つなぎ融資の注意点は?つなぎ融資以外の方法もある?

つなぎ融資の注意点は?つなぎ融資以外の方法もある?

注意しておきたいことは?

通常、つなぎ融資の利息と手数料はあらかじめ差し引かれて振込まれます。例えば、1,000万円のつなぎ融資を受けた場合、利息などのコストが30万円なら、受け取ることができる資金は970万円。差額は自己資金で準備しておく必要があります。

つなぎ融資以外の方法はある?

つなぎ融資は、コストもかかりますし、手続きの手間もかかります。つなぎ融資を使わずにすむ方法の一つとして、分割融資をしてくれる金融機関を探す、という方法があります。

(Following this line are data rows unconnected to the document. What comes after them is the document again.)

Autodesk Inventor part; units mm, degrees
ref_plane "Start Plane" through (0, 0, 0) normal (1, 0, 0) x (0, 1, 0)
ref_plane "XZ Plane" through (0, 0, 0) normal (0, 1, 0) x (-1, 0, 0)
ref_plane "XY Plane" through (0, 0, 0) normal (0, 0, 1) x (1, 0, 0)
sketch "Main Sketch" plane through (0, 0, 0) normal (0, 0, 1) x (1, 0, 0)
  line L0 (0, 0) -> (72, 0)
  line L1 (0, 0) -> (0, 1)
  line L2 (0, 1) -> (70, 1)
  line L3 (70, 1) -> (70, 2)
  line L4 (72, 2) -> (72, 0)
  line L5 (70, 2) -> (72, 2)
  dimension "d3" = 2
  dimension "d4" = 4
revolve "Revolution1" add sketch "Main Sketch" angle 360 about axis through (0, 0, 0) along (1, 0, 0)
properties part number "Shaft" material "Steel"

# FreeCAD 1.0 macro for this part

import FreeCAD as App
import Part
import Sketcher
from FreeCAD import Vector


def add_polygon(sketch, points):
    """Adds a closed chain of lines whose ends are joined by coincident constraints."""
    first, n = sketch.GeometryCount, len(points)
    for a, b in zip(points, points[1:] + points[:1]):
        sketch.addGeometry(Part.LineSegment(App.Vector(*a, 0), App.Vector(*b, 0)), False)
    for i in range(n):
        sketch.addConstraint(Sketcher.Constraint("Coincident", first + i, 2, first + (i + 1) % n, 1))

doc = App.newDocument("Part")
body = doc.addObject("PartDesign::Body", "Body")

# Sketch on XY plane
sketch1 = body.newObject("Sketcher::SketchObject", "Sketch")
sketch1.AttachmentSupport = (doc.getObject("XY_Plane"), [""])
sketch1.MapMode = "FlatFace"
add_polygon(sketch1, [(0, 1), (0, 0), (72, 0), (72, 2), (70, 2), (70, 1)])  # lines 0-5
sketch1.addConstraint([
    Sketcher.Constraint("Vertical", 0),
    Sketcher.Constraint("Horizontal", 1),
    Sketcher.Constraint("Vertical", 2),
    Sketcher.Constraint("Horizontal", 3),
    Sketcher.Constraint("Vertical", 4),
    Sketcher.Constraint("Horizontal", 5),
    Sketcher.Constraint("Coincident", 0, 2, -1, 1),
    Sketcher.Constraint("Equal", 3, 2),
    Sketcher.Constraint("Equal", 0, 4),
    Sketcher.Constraint("DistanceX", 3, 2, 3, 1, 2.0),
    Sketcher.Constraint("DistanceX", 1, 1, 1, 2, 72.0),
])
revolution = body.newObject("PartDesign::Revolution", "Revolution")
revolution.Profile = sketch1
revolution.ReferenceAxis = (sketch1, ["H_Axis"])
revolution.Angle = 360

doc.recompute()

分割融資とは、土地と建物を合わせた額で融資実行し、土地代、建物代金を2〜3回に分割して融資するものです。ただし、住宅ローンの返済も始まるので、家賃の支払いと重なることになります。諸費用などから返済分の予算取りをしておきましょう。

また「すまいと」(ERIソリューション)や「JIO安心ローン」(日本住宅保証検査機構)のように、工事の出来高に応じて支払いをする仕組みを使う方法もあります。

つなぎ融資と仕組みは似ていますが。工務店の倒産に備え、完成保証があるのが特徴です。つなぎ融資の場合と、コストや安心感を比較し、検討してみてもよいでしょう。取扱いのある金融機関は限られているので、確認が必要です。

そもそも、建物代金の支払方法は、工務店との取り決めごとです。着工金や中間金を払わなくて済めば、つなぎ融資は必要ありません。請負の契約をする前に、支払方法の交渉をしてみましょう。着工金・中間金の支払時期を遅くしてもらう、金額を少なくしてもらうだけでも、つなぎ融資のコストを減らせます。

つなぎ融資は住宅建築のように、住宅ローンが実行される前に多くの資金が必要になる場合には大変ありがたい仕組みです。

一方でかかるコストも少なくないので、できるだけ自己資金を多めに準備したいところです。もし、つなぎ融資の利用が必要ならその分のコストも資金計画に入れておくようにしましょう。